Of course, it will also create a significant moral hazard in the lending process. Moral hazard is defined as a “lack of incentive to guard against risk where one is protected from its consequences.”

Lending money to small businesses is inherently risky. They generally operate on much thinner margins than big corporations. They don’t tend to have deep pockets to get them through lean times. They certainly don’t have pockets deep enough to weather a complete government-mandated shutdown of the economy. A loan may keep them afloat for a time, but people tend to forget you eventually have to pay back a loan. How many small businesses will be able to make an extra loan payment on top of their normal operating expenses during the recession that will certainly follow the coronavirus lockdown?

The fact is a lot of these loans will never get paid back.
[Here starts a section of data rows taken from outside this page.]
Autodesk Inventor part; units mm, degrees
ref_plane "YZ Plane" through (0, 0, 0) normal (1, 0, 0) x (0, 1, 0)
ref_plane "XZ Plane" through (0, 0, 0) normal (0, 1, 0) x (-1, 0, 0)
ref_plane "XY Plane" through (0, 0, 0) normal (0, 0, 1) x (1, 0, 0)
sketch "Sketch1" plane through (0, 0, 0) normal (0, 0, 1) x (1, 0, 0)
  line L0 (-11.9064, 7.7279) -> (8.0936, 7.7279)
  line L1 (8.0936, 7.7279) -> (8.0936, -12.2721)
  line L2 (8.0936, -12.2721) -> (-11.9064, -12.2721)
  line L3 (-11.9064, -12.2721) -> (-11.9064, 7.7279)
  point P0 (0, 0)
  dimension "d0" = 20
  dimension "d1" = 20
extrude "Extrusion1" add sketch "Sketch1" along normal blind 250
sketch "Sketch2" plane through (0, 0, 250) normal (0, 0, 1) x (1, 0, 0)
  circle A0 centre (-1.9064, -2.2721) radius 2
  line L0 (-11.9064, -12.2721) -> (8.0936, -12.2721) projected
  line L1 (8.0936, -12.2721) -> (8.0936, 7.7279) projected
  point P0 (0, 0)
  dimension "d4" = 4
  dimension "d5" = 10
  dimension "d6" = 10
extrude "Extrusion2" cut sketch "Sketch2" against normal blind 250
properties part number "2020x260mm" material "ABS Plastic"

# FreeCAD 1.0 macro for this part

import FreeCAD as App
import Part
import Sketcher

V = App.Vector


def add_polygon(sketch, points):
    """Adds a closed chain of lines whose ends are joined by coincident constraints."""
    first, n = sketch.GeometryCount, len(points)
    for a, b in zip(points, points[1:] + points[:1]):
        sketch.addGeometry(Part.LineSegment(App.Vector(*a, 0), App.Vector(*b, 0)), False)
    for i in range(n):
        sketch.addConstraint(Sketcher.Constraint("Coincident", first + i, 2, first + (i + 1) % n, 1))

doc = App.newDocument("Part")
body = doc.addObject("PartDesign::Body", "Body")

# Sketch on XY plane
sketch1 = doc.addObject("Sketcher::SketchObject", "Sketch")
body.addObject(sketch1)
sketch1.AttachmentSupport = (doc.XY_Plane, [""])
sketch1.MapMode = "FlatFace"
add_polygon(sketch1, [(8, 8), (-12, 8), (-12, -12), (8, -12)])  # lines 0-3
sketch1.addConstraint([
    Sketcher.Constraint("Horizontal", 0),
    Sketcher.Constraint("Vertical", 1),
    Sketcher.Constraint("Horizontal", 2),
    Sketcher.Constraint("Vertical", 3),
    Sketcher.Constraint("Equal", 2, 1),
    Sketcher.Constraint("DistanceX", 0, 2, 0, 1, 20.0),
    Sketcher.Constraint("DistanceY", -1, 1, 0, 2, 7.728),
    Sketcher.Constraint("DistanceX", 0, 2, -1, 1, 11.9064),
])
pad1 = doc.addObject("PartDesign::Pad", "Pad")
body.addObject(pad1)
pad1.Profile = sketch1
pad1.Length = 250

# Sketch on XY plane
sketch2 = doc.addObject("Sketcher::SketchObject", "Sketch001")
body.addObject(sketch2)
sketch2.AttachmentSupport = (doc.XY_Plane, [""])
sketch2.MapMode = "FlatFace"
sketch2.AttachmentOffset = App.Placement(V(0, 0, 250), App.Rotation())
sketch2.addGeometry(Part.Circle(V(-1.9, -2.3, 0), V(0, 0, 1), 2), False)
sketch2.addConstraint([
    Sketcher.Constraint("Diameter", 0, 4.0),
    Sketcher.Constraint("DistanceY", 0, 3, -1, 1, 2.272),
    Sketcher.Constraint("DistanceX", 0, 3, -1, 1, 1.9064),
])
pocket1 = doc.addObject("PartDesign::Pocket", "Pocket")
body.addObject(pocket1)
pocket1.Profile = sketch2
pocket1.Length = 250

doc.recompute()
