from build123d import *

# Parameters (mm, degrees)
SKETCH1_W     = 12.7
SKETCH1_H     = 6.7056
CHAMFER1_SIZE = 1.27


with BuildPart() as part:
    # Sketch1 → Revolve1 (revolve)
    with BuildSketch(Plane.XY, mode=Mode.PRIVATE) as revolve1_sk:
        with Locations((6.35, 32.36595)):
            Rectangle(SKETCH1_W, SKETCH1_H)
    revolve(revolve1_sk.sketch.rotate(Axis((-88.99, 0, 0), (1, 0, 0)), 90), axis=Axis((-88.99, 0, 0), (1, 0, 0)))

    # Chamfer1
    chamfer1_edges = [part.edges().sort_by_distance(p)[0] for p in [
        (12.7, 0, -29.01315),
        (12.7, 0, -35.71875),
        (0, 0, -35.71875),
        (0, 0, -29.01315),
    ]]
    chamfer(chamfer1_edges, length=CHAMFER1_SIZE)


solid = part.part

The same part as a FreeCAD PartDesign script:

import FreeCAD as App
import Part
import Sketcher
from FreeCAD import Vector
Q = App.Units.Quantity


def edges_at(feature, points):
    """Names of the edges that pass closest to the given points."""
    edges = feature.Shape.Edges
    near = lambda p: min(range(len(edges)), key=lambda i: edges[i].distToShape(Part.Vertex(*p))[0])
    return sorted({f"Edge{near(p) + 1}" for p in points})


def add_polygon(sketch, points):
    """Adds a closed chain of lines whose ends are joined by coincident constraints."""
    first, n = sketch.GeometryCount, len(points)
    for a, b in zip(points, points[1:] + points[:1]):
        sketch.addGeometry(Part.LineSegment(App.Vector(*a, 0), App.Vector(*b, 0)), False)
    for i in range(n):
        sketch.addConstraint(Sketcher.Constraint("Coincident", first + i, 2, first + (i + 1) % n, 1))

doc = App.newDocument("Part")
body = doc.addObject("PartDesign::Body", "Body")

# Sketch on XY plane
sketch1 = doc.addObject("Sketcher::SketchObject", "Sketch")
body.addObject(sketch1)
sketch1.AttachmentSupport = (doc.XY_Plane, [""])
sketch1.MapMode = "FlatFace"
add_polygon(sketch1, [(0, 36), (0, 29), (13, 29), (13, 36)])  # lines 0-3
sketch1.addConstraint(Sketcher.Constraint("Vertical", 0))
sketch1.addConstraint(Sketcher.Constraint("Horizontal", 1))
sketch1.addConstraint(Sketcher.Constraint("Vertical", 2))
sketch1.addConstraint(Sketcher.Constraint("Horizontal", 3))
sketch1.addConstraint(Sketcher.Constraint("PointOnObject", 0, 2, -2))
sketch1.addConstraint(Sketcher.Constraint("DistanceX", 1, 1, 1, 2, Q("0.5 in")))
sketch1.addConstraint(Sketcher.Constraint("DistanceY", 0, 2, 0, 1, Q("0.264 in")))
sketch1.addConstraint(Sketcher.Constraint("DistanceY", -1, 1, 2, 2, Q("1.40625 in")))
revolution = doc.addObject("PartDesign::Revolution", "Revolution")
body.addObject(revolution)
revolution.Profile = sketch1
revolution.ReferenceAxis = (sketch1, ["H_Axis"])
revolution.Angle = 360
doc.recompute()

chamfer = doc.addObject("PartDesign::Chamfer", "Chamfer")
body.addObject(chamfer)
chamfer.Base = (revolution, edges_at(revolution, [
    (12.7, 0, -29.013),
    (12.7, 0, -35.719),
    (0, 0, -35.719),
    (0, 0, -29.013),
]))
chamfer.Size = Q("0.05 in")

doc.recompute()
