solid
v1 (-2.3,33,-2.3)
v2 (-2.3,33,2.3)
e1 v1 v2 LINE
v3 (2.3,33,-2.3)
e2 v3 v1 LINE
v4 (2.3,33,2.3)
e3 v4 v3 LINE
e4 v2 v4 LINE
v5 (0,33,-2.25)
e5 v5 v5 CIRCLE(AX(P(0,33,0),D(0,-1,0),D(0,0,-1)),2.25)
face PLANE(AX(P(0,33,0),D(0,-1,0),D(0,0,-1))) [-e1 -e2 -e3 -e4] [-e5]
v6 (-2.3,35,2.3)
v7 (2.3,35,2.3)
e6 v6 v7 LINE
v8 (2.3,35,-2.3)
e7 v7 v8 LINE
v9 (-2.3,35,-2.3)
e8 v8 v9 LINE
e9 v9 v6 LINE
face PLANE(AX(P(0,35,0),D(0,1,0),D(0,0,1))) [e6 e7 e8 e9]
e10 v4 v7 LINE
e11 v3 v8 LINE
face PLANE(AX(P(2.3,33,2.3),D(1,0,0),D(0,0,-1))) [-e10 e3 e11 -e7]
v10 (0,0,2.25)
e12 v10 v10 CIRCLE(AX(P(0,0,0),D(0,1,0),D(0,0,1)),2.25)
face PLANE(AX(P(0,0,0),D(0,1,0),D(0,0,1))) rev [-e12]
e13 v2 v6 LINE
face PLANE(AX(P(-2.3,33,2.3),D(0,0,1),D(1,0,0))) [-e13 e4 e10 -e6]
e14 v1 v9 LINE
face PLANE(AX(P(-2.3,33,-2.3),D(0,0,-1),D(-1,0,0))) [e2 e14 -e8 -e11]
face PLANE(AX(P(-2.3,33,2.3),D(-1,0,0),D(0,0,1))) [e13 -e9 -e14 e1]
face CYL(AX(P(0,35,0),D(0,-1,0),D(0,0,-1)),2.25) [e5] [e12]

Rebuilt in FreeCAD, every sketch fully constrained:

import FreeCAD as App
import Part
import Sketcher
from FreeCAD import Vector

doc = App.newDocument("Part")
body = doc.addObject("PartDesign::Body", "Body")

sketch1 = body.newObject("Sketcher::SketchObject", "Sketch")
sketch1.AttachmentSupport = (doc.getObject("XZ_Plane"), [""])
sketch1.MapMode = "FlatFace"
sketch1.addGeometry(Part.Circle(Vector(0, 0, 0), Vector(0, 0, 1), 2.25), False)
sketch1.addConstraint(Sketcher.Constraint("Coincident", 0, 3, -1, 1))
sketch1.addConstraint(Sketcher.Constraint("Diameter", 0, 4.5))
pad1 = body.newObject("PartDesign::Pad", "Pad")
pad1.Profile = sketch1
pad1.Length = 35
pad1.Reversed = True

sketch2 = body.newObject("Sketcher::SketchObject", "Sketch001")
sketch2.AttachmentSupport = (doc.getObject("XZ_Plane"), [""])
sketch2.MapMode = "FlatFace"
sketch2.AttachmentOffset = App.Placement(Vector(0, 0, -35), App.Rotation())
sketch2.addGeometry(Part.LineSegment(Vector(-2.3, -2.3, 0), Vector(-2.3, 2.3, 0)), False)
sketch2.addGeometry(Part.LineSegment(Vector(-2.3, 2.3, 0), Vector(2.3, 2.3, 0)), False)
sketch2.addGeometry(Part.LineSegment(Vector(2.3, 2.3, 0), Vector(2.3, -2.3, 0)), False)
sketch2.addGeometry(Part.LineSegment(Vector(2.3, -2.3, 0), Vector(-2.3, -2.3, 0)), False)
sketch2.addConstraint(Sketcher.Constraint("Coincident", 0, 2, 1, 1))
sketch2.addConstraint(Sketcher.Constraint("Coincident", 1, 2, 2, 1))
sketch2.addConstraint(Sketcher.Constraint("Coincident", 2, 2, 3, 1))
sketch2.addConstraint(Sketcher.Constraint("Coincident", 3, 2, 0, 1))
sketch2.addConstraint(Sketcher.Constraint("Vertical", 0))
sketch2.addConstraint(Sketcher.Constraint("Horizontal", 1))
sketch2.addConstraint(Sketcher.Constraint("Vertical", 2))
sketch2.addConstraint(Sketcher.Constraint("Horizontal", 3))
sketch2.addConstraint(Sketcher.Constraint("Symmetric", 0, 2, 2, 2, -1, 1))
sketch2.addConstraint(Sketcher.Constraint("Equal", 3, 0))
sketch2.addConstraint(Sketcher.Constraint("DistanceX", 1, 1, 1, 2, 4.6))
pad2 = body.newObject("PartDesign::Pad", "Pad001")
pad2.Profile = sketch2
pad2.Length = 2

doc.recompute()
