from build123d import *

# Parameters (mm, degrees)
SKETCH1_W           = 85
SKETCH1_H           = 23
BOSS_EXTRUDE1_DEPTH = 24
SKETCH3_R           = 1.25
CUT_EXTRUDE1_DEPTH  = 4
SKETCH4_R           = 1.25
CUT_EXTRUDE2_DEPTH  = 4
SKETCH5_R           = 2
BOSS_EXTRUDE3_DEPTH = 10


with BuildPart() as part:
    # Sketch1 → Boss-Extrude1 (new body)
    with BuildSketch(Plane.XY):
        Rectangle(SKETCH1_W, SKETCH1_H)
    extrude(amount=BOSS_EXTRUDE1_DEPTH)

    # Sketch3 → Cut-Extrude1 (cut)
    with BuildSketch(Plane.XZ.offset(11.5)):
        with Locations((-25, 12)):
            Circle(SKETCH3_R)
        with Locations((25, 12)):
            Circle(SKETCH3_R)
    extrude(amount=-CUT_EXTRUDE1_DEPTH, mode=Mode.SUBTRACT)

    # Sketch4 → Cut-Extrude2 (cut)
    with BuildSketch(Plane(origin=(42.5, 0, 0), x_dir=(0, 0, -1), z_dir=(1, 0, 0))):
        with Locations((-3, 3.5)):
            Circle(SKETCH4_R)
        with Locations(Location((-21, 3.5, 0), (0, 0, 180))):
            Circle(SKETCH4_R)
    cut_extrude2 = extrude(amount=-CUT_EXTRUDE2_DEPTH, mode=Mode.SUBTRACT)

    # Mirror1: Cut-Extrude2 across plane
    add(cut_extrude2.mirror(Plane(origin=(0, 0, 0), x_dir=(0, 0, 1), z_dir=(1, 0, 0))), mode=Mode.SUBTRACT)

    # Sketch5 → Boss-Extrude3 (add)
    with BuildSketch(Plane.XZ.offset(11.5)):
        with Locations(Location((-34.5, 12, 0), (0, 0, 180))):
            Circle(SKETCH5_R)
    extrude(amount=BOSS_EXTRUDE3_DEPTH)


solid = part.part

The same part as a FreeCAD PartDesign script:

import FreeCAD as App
import Part
import Sketcher
Q = App.Units.Quantity

doc = App.newDocument("Part")
body = doc.addObject("PartDesign::Body", "Body")

# Sketch on XY plane
sketch1 = body.newObject("Sketcher::SketchObject", "Sketch")
sketch1.AttachmentSupport = (doc.getObject("XY_Plane"), [""])
sketch1.MapMode = "FlatFace"
sketch1.addGeometry([
    Part.LineSegment(App.Vector(-42, 12, 0), App.Vector(-42, -12, 0)),
    Part.LineSegment(App.Vector(-42, -12, 0), App.Vector(42, -12, 0)),
    Part.LineSegment(App.Vector(42, -12, 0), App.Vector(42, 12, 0)),
    Part.LineSegment(App.Vector(42, 12, 0), App.Vector(-42, 12, 0)),
], False)
sketch1.addConstraint([
    Sketcher.Constraint("Coincident", 0, 2, 1, 1),
    Sketcher.Constraint("Coincident", 1, 2, 2, 1),
    Sketcher.Constraint("Coincident", 2, 2, 3, 1),
    Sketcher.Constraint("Coincident", 3, 2, 0, 1),
    Sketcher.Constraint("Vertical", 0),
    Sketcher.Constraint("Horizontal", 1),
    Sketcher.Constraint("Vertical", 2),
    Sketcher.Constraint("Horizontal", 3),
    Sketcher.Constraint("Symmetric", 0, 2, 2, 2, -1, 1),
    Sketcher.Constraint("DistanceX", 1, 1, 1, 2, Q("85 mm")),
    Sketcher.Constraint("DistanceY", 0, 2, 0, 1, Q("23 mm")),
])
pad1 = body.newObject("PartDesign::Pad", "Pad")
pad1.Profile = sketch1
pad1.Length = 24

# Sketch on XZ plane
sketch2 = body.newObject("Sketcher::SketchObject", "Sketch001")
sketch2.AttachmentSupport = (doc.getObject("XZ_Plane"), [""])
sketch2.MapMode = "FlatFace"
sketch2.AttachmentOffset = App.Placement(App.Vector(0, 0, 11.5), App.Rotation())
sketch2.addGeometry([
    Part.Circle(App.Vector(-25, 12, 0), App.Vector(0, 0, 1), 1.2),
    Part.Circle(App.Vector(25, 12, 0), App.Vector(0, 0, 1), 1.2),
], False)
sketch2.addConstraint([
    Sketcher.Constraint("Equal", 0, 1),
    Sketcher.Constraint("Symmetric", 0, 3, 1, 3, -2),
    Sketcher.Constraint("Diameter", 0, Q("2.5 mm")),
    Sketcher.Constraint("DistanceX", 0, 3, -1, 1, Q("25 mm")),
    Sketcher.Constraint("DistanceY", -1, 1, 0, 3, Q("12 mm")),
])
pocket1 = body.newObject("PartDesign::Pocket", "Pocket")
pocket1.Profile = sketch2
pocket1.Length = 4

# Sketch on YZ plane
sketch3 = body.newObject("Sketcher::SketchObject", "Sketch002")
sketch3.AttachmentSupport = (doc.getObject("YZ_Plane"), [""])
sketch3.MapMode = "FlatFace"
sketch3.AttachmentOffset = App.Placement(App.Vector(0, 0, 42.5), App.Rotation())
sketch3.addGeometry([
    Part.Circle(App.Vector(3.5, 3, 0), App.Vector(0, 0, 1), 1.2),
    Part.Circle(App.Vector(3.5, 21, 0), App.Vector(0, 0, 1), 1.2),
], False)
sketch3.addConstraint([
    Sketcher.Constraint("Equal", 0, 1),
    Sketcher.Constraint("Vertical", 0, 3, 1, 3),
    Sketcher.Constraint("Diameter", 0, Q("2.5 mm")),
    Sketcher.Constraint("DistanceY", -1, 1, 0, 3, Q("3 mm")),
    Sketcher.Constraint("DistanceY", -1, 1, 1, 3, Q("21 mm")),
    Sketcher.Constraint("DistanceX", -1, 1, 0, 3, Q("3.5 mm")),
])
pocket2 = body.newObject("PartDesign::Pocket", "Pocket001")
pocket2.Profile = sketch3
pocket2.Length = 4
doc.recompute()

mirrored = body.newObject("PartDesign::Mirrored", "Mirrored")
mirrored.Originals = [pocket2]
mirrored.MirrorPlane = (doc.getObject("YZ_Plane"), [""])
body.Tip = mirrored

# Sketch on XZ plane
sketch4 = body.newObject("Sketcher::SketchObject", "Sketch003")
sketch4.AttachmentSupport = (doc.getObject("XZ_Plane"), [""])
sketch4.MapMode = "FlatFace"
sketch4.AttachmentOffset = App.Placement(App.Vector(0, 0, 11.5), App.Rotation())
sketch4.addGeometry(Part.Circle(App.Vector(-34.5, 12, 0), App.Vector(0, 0, 1), 2), False)
sketch4.addConstraint([
    Sketcher.Constraint("Diameter", 0, Q("4 mm")),
    Sketcher.Constraint("DistanceY", -1, 1, 0, 3, Q("12 mm")),
    Sketcher.Constraint("DistanceX", 0, 3, -1, 1, Q("34.5 mm")),
])
pad2 = body.newObject("PartDesign::Pad", "Pad001")
pad2.Profile = sketch4
pad2.Length = 10

doc.recompute()
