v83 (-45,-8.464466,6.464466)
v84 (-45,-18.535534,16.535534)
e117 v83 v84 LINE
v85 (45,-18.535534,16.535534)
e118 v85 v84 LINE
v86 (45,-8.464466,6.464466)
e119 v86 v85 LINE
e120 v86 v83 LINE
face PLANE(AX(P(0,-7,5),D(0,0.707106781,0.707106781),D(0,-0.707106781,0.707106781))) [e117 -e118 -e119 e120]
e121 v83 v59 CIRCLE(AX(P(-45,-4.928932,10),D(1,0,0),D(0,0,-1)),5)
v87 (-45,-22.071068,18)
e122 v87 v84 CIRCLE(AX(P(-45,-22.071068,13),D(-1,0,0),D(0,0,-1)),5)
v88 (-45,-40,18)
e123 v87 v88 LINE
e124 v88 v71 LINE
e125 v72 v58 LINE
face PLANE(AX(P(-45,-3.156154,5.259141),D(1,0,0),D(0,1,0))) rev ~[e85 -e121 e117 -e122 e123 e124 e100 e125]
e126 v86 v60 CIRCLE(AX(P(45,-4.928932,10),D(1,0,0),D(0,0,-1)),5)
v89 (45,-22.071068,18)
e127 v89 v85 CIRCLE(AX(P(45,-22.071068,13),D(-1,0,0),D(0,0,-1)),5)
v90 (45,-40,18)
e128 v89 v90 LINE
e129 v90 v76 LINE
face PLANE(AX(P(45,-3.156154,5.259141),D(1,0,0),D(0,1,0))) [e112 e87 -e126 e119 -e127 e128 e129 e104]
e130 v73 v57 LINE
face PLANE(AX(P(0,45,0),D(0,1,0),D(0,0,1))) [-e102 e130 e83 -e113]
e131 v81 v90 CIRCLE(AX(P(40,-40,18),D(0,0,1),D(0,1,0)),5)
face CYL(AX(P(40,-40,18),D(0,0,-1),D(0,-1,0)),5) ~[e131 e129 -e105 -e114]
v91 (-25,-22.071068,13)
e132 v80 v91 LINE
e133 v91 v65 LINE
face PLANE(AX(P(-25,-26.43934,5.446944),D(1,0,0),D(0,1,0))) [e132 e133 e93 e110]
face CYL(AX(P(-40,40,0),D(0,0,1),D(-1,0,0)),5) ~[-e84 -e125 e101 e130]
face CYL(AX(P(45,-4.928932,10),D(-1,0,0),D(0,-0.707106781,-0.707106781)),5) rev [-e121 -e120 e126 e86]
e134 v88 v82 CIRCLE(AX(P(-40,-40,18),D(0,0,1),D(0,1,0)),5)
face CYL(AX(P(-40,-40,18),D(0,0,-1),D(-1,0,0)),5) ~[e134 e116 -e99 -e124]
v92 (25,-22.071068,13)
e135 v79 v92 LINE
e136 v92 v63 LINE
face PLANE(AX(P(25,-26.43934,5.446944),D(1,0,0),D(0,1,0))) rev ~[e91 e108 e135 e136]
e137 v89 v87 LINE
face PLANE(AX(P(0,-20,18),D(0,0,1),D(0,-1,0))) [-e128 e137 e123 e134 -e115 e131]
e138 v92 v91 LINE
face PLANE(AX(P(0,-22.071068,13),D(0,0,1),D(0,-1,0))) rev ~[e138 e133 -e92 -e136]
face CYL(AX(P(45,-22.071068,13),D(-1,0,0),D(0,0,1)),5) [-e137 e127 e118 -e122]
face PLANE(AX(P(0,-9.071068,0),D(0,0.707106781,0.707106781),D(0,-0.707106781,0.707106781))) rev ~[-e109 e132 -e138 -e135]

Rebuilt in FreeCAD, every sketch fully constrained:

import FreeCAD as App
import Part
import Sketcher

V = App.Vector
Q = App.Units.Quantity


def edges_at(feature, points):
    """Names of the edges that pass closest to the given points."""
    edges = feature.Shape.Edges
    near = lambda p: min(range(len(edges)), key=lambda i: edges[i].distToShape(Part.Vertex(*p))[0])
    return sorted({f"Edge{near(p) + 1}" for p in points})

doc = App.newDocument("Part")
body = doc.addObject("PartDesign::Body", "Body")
Luckily for the banks, the risky loans won’t be on their books.

As ZeroHedge put it, banks are about to make a risk-free killing on the small business bailout.

And so, what was supposed to be a no string attached rescue of America’s small business, the PPP program has now mutated in yet another massive handout to the big banks, who will collect servicing costs ranging from 5% for small loans to 1% for larger ones, using Treasury capital (no origination risk) and then immediately selling these loans to the Fed if they turn sour (no balance sheet risk).”

Nobody seems concerned about these massive interventions in the market by both the Federal Reserve and the federal government. After all, we’re in the midst of an emergency. But interventions always result in unforeseen consequences. What those might be are among the questions nobody is asking.